The state's health budget has been boosted by $1.34 billion to $15.1 billion next financial year.

Health Minister John Della Bosca said the funding boost was a response to the problem of an ageing population.

"The government is devoting the biggest slice of the state budget to health," he said in a statement.

Treasurer Eric Roozendaal has delivered a budget deficit of $1.3 billion for 2008/09, the first for more than a decade.

Overall, the record health funding will provide an extra 106 beds across the state, including intensive care beds at John Hunter, St George and Gosford hospitals, and new neonatal beds at The Children's Hospital at Westmead and the Royal Hospital for Women in Randwick.

Just under $12 million will go to 7,900 community-based residential and aged care places to take pressure off the health system.

In response to the Garling report on acute care in hospitals, $485 million will be spent over four years as part of the government's Caring Together initiative, Della Bosca said.

This would include $44 million for 500 clinical support officers, hired to free doctors and nurses of paperwork, $13.3 million for emergency physicians, $7.4 million for training programs to prevent bullying and promote a positive culture in hospitals and $6.8 million for 45 additional rural junior medical doctors.

The $603 million for health infrastructure will form part of a $2.4 billion, four-year plan, Della Bosca said.
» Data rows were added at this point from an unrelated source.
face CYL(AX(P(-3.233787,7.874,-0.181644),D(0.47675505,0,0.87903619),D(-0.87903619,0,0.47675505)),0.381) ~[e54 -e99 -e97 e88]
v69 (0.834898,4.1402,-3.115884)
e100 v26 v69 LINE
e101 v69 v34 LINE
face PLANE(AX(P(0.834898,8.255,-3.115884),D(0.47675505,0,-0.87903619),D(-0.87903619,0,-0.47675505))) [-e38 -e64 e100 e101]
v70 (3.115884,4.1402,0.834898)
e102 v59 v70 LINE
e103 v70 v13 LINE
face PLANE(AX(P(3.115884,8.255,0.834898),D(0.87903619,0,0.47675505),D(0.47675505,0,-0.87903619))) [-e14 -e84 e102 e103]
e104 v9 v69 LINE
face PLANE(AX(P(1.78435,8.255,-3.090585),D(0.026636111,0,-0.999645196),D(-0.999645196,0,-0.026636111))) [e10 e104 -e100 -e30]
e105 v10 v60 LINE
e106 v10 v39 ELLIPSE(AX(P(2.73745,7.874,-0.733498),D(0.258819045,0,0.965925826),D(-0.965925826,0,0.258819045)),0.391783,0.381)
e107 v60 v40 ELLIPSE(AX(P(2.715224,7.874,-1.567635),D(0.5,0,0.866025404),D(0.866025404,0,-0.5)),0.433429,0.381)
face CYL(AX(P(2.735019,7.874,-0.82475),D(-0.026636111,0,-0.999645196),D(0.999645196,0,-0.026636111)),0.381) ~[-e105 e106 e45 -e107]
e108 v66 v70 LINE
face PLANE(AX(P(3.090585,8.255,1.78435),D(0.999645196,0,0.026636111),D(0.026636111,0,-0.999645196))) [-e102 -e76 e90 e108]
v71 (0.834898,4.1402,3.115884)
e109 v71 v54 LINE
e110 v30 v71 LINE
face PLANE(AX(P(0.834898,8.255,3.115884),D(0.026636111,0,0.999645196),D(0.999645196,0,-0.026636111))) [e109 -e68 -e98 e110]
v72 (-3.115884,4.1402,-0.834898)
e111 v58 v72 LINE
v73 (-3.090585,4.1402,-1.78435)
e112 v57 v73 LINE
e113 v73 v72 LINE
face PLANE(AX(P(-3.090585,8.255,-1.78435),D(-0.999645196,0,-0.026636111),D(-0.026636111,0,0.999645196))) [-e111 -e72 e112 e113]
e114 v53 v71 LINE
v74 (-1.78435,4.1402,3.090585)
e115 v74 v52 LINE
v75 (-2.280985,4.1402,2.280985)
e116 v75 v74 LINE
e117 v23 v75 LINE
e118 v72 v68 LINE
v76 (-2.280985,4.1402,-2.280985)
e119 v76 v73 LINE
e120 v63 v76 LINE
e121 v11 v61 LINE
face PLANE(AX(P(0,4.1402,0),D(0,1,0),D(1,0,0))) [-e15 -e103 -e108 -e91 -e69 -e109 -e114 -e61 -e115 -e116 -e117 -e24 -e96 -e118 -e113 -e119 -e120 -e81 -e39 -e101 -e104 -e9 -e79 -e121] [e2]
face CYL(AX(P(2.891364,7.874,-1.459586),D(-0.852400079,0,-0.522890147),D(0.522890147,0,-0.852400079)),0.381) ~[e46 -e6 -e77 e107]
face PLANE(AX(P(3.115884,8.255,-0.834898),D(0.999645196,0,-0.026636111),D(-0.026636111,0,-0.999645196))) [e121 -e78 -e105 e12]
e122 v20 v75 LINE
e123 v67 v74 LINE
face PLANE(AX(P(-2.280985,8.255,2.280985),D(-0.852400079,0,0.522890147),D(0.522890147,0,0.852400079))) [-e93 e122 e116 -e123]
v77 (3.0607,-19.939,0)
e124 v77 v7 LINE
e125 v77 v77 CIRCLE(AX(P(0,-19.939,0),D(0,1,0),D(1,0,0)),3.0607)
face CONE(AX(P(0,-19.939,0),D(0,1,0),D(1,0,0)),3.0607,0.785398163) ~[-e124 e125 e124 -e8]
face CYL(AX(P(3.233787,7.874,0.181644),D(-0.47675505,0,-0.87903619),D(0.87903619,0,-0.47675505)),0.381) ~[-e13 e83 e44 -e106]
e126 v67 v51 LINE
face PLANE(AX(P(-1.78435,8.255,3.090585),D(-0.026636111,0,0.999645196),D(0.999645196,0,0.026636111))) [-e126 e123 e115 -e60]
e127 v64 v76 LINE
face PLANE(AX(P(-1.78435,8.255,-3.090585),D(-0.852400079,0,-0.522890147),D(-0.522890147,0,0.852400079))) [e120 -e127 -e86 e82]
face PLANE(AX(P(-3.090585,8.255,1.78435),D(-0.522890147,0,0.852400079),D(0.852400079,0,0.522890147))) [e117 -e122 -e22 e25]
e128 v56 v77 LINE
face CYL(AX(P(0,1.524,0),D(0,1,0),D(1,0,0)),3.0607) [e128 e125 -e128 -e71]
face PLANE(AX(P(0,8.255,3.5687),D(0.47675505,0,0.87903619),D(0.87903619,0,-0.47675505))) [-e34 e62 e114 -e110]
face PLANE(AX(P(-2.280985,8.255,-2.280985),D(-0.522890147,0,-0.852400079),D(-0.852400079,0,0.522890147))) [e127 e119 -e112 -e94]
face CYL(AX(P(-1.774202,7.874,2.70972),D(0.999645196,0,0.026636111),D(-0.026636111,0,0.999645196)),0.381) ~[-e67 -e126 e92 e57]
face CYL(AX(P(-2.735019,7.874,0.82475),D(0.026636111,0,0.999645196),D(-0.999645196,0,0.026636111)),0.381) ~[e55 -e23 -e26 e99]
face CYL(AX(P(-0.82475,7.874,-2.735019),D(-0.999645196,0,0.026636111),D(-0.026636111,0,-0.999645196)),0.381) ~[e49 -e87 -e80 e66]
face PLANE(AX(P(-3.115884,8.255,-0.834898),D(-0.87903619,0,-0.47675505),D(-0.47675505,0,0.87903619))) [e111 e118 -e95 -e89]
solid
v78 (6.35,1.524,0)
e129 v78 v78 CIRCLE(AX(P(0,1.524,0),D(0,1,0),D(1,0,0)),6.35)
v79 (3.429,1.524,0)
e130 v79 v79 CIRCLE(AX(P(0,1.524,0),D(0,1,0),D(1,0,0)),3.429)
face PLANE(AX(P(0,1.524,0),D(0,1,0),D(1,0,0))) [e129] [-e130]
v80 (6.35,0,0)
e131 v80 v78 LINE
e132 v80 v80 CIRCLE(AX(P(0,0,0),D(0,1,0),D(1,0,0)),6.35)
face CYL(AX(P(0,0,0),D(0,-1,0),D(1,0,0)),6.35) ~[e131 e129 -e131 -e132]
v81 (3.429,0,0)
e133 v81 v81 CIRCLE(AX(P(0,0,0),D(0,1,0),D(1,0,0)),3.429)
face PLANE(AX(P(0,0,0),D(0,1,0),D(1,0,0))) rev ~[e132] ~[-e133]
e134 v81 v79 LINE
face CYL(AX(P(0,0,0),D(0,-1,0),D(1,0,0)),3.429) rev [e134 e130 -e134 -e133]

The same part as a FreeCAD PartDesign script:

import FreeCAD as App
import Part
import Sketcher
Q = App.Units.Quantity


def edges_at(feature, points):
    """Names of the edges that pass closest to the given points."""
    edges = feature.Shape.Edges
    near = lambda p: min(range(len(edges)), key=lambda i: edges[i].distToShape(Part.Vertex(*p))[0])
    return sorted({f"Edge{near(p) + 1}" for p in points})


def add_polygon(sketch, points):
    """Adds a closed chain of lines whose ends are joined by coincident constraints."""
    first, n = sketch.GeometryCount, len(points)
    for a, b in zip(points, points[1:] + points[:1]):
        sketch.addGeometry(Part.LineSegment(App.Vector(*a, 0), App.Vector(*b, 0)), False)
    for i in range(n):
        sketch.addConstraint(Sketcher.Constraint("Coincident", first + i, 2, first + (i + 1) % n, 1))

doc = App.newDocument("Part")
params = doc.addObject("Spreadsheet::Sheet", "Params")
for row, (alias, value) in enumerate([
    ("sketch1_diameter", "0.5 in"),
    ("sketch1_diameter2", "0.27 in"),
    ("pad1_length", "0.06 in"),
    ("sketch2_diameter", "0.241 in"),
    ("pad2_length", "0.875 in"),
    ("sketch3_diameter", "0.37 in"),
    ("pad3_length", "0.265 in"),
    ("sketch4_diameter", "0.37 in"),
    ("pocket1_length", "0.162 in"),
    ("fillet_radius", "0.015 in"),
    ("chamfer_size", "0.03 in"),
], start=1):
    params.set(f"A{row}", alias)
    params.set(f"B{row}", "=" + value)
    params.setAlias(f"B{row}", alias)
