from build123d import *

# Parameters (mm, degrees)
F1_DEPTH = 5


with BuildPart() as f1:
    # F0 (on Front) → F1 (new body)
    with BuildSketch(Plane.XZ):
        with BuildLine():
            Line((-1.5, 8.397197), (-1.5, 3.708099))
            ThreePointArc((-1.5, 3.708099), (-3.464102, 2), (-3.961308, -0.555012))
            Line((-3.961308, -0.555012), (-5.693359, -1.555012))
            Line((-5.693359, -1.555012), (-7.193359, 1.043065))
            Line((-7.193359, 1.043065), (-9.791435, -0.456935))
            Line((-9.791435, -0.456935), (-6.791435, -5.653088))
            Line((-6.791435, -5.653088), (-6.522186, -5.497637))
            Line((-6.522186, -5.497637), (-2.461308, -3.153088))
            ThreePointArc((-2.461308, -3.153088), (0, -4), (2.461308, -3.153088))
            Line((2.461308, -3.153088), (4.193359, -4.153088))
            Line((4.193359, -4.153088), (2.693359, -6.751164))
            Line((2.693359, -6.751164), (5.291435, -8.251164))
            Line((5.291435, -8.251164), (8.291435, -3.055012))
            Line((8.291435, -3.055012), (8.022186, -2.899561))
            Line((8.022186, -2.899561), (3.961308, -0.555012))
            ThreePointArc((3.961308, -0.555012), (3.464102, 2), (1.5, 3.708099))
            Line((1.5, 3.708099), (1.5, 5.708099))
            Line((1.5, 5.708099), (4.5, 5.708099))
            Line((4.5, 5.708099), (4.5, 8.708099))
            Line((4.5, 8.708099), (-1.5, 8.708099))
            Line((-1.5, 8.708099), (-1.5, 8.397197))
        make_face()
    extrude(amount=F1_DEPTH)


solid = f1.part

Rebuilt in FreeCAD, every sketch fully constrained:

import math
import FreeCAD as App
import Part
import Sketcher
Q = App.Units.Quantity

doc = App.newDocument("Part")
body = doc.addObject("PartDesign::Body", "Body")

# Sketch on XZ plane
sketch1 = doc.addObject("Sketcher::SketchObject", "Sketch")
body.addObject(sketch1)
sketch1.AttachmentSupport = (doc.XZ_Plane, [""])
sketch1.MapMode = "FlatFace"
sketch1.addGeometry([
    Part.ArcOfCircle(Part.Circle(App.Vector(0, 0, 0), App.Vector(0, 0, 1), 4), math.radians(112), math.radians(188)),  # 0
    Part.LineSegment(App.Vector(-3.96, -0.56, 0), App.Vector(-5.69, -1.56, 0)),  # 1
    Part.LineSegment(App.Vector(-5.69, -1.56, 0), App.Vector(-7.19, 1.04, 0)),  # 2
    Part.LineSegment(App.Vector(-7.19, 1.04, 0), App.Vector(-9.79, -0.46, 0)),  # 3
    Part.LineSegment(App.Vector(-9.79, -0.46, 0), App.Vector(-6.79, -5.65, 0)),  # 4
    Part.LineSegment(App.Vector(-6.79, -5.65, 0), App.Vector(-6.52, -5.5, 0)),  # 5
    Part.LineSegment(App.Vector(-6.52, -5.5, 0), App.Vector(-2.46, -3.15, 0)),  # 6
    Part.ArcOfCircle(Part.Circle(App.Vector(0, 0, 0), App.Vector(0, 0, 1), 4), math.radians(-128), math.radians(-52)),  # 7
    Part.LineSegment(App.Vector(2.46, -3.15, 0), App.Vector(4.19, -4.15, 0)),  # 8
    Part.LineSegment(App.Vector(4.19, -4.15, 0), App.Vector(2.69, -6.75, 0)),  # 9
    Part.LineSegment(App.Vector(2.69, -6.75, 0), App.Vector(5.29, -8.25, 0)),  # 10
    Part.LineSegment(App.Vector(5.29, -8.25, 0), App.Vector(8.29, -3.06, 0)),  # 11
    Part.LineSegment(App.Vector(8.29, -3.06, 0), App.Vector(8.02, -2.9, 0)),  # 12
    Part.LineSegment(App.Vector(8.02, -2.9, 0), App.Vector(3.96, -0.56, 0)),  # 13
    Part.ArcOfCircle(Part.Circle(App.Vector(0, 0, 0), App.Vector(0, 0, 1), 4), math.radians(-8), math.radians(68)),  # 14
    Part.LineSegment(App.Vector(1.5, 3.71, 0), App.Vector(1.5, 5.71, 0)),  # 15
    Part.LineSegment(App.Vector(1.5, 5.71, 0), App.Vector(4.5, 5.71, 0)),  # 16
    Part.LineSegment(App.Vector(4.5, 5.71, 0), App.Vector(4.5, 8.71, 0)),  # 17
    Part.LineSegment(App.Vector(4.5, 8.71, 0), App.Vector(-1.5, 8.71, 0)),  # 18
    Part.LineSegment(App.Vector(-1.5, 8.71, 0), App.Vector(-1.5, 3.71, 0)),  # 19
], False)
sketch1.addConstraint([
    Sketcher.Constraint("Coincident", 0, 2, 1, 1),
    Sketcher.Constraint("Coincident", 1, 2, 2, 1),
    Sketcher.Constraint("Coincident", 2, 2, 3, 1),
    Sketcher.Constraint("Coincident", 3, 2, 4, 1),
    Sketcher.Constraint("Coincident", 4, 2, 5, 1),
    Sketcher.Constraint("Coincident", 5, 2, 6, 1),
    Sketcher.Constraint("Coincident", 6, 2, 7, 1),
    Sketcher.Constraint("Coincident", 7, 2, 8, 1),
    Sketcher.Constraint("Coincident", 8, 2, 9, 1),
    Sketcher.Constraint("Coincident", 9, 2, 10, 1),
    Sketcher.Constraint("Coincident", 10, 2, 11, 1),
    Sketcher.Constraint("Coincident", 11, 2, 12, 1),
    Sketcher.Constraint("Coincident", 12, 2, 13, 1),
    Sketcher.Constraint("Coincident", 13, 2, 14, 1),
    Sketcher.Constraint("Coincident", 14, 2, 15, 1),
    Sketcher.Constraint("Coincident", 15, 2, 16, 1),
    Sketcher.Constraint("Coincident", 16, 2, 17, 1),
    Sketcher.Constraint("Coincident", 17, 2, 18, 1),
    Sketcher.Constraint("Coincident", 18, 2, 19, 1),
    Sketcher.Constraint("Coincident", 19, 2, 0, 1),
    Sketcher.Constraint("Vertical", 15),
    Sketcher.Constraint("Horizontal", 16),
    Sketcher.Constraint("Vertical", 17),
    Sketcher.Constraint("Horizontal", 18),
    Sketcher.Constraint("Vertical", 19),
    Sketcher.Constraint("Coincident", 0, 3, -1, 1),
    Sketcher.Constraint("Coincident", 7, 3, -1, 1),
    Sketcher.Constraint("Coincident", 14, 3, -1, 1),
    Sketcher.Constraint("Equal", 0, 14),
    Sketcher.Constraint("Perpendicular", 1, 2),
    Sketcher.Constraint("Perpendicular", 2, 3),
    Sketcher.Constraint("Perpendicular", 3, 4),
    Sketcher.Constraint("Perpendicular", 4, 5),
    Sketcher.Constraint("Parallel", 5, 6),
    Sketcher.Constraint("Perpendicular", 8, 9),
    Sketcher.Constraint("Perpendicular", 9, 10),
    Sketcher.Constraint("Perpendicular", 10, 11),
    Sketcher.Constraint("Perpendicular", 11, 12),
    Sketcher.Constraint("Parallel", 12, 13),
    Sketcher.Constraint("Horizontal", 6, 2, 7, 2),
    Sketcher.Constraint("Horizontal", 0, 2, 13, 2),
    Sketcher.Constraint("Horizontal", 14, 2, 19, 2),
    Sketcher.Constraint("Equal", 16, 17),
    Sketcher.Constraint("Equal", 2, 3),
    Sketcher.Constraint("Equal", 1, 8),
    Sketcher.Constraint("Equal", 3, 9),
    Sketcher.Constraint("Equal", 9, 10),
    Sketcher.Constraint("Equal", 5, 12),
    Sketcher.Constraint("Equal", 6, 13),
    Sketcher.Constraint("Radius", 0, 3.999998),
    Sketcher.Constraint("Radius", 7, 4.000001),
    Sketcher.Constraint("DistanceX", 16, 1, 16, 2, 3.0),
    Sketcher.Constraint("DistanceX", 18, 2, 18, 1, 6.0),
    Sketcher.Constraint("DistanceY", 15, 1, 15, 2, 2.0),
    Sketcher.Constraint("Angle", 1, Q("-150.000003 deg")),
    Sketcher.Constraint("Angle", 8, Q("-29.999997 deg")),
    Sketcher.Constraint("Distance", 1, 2.0),
    Sketcher.Constraint("Distance", 2, 3.000001),
    Sketcher.Constraint("Distance", 4, 6.0),
    Sketcher.Constraint("Distance", 5, 0.310902),
])
pad1 = doc.addObject("PartDesign::Pad", "Pad")
body.addObject(pad1)
pad1.Profile = sketch1
pad1.Length = 5

doc.recompute()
"The government has built or rebuilt virtually every major hospital and emergency department in the state, but there is still more work to do," he said.

In his budget speech, Roozendaal said the hospital rebuilding program was "unprecedented in its size and scope".

A total of $17.7 million will be spent on six new medical assessment units for elderly and frail patients plus the expansion of an existing six units, creating 69 new beds.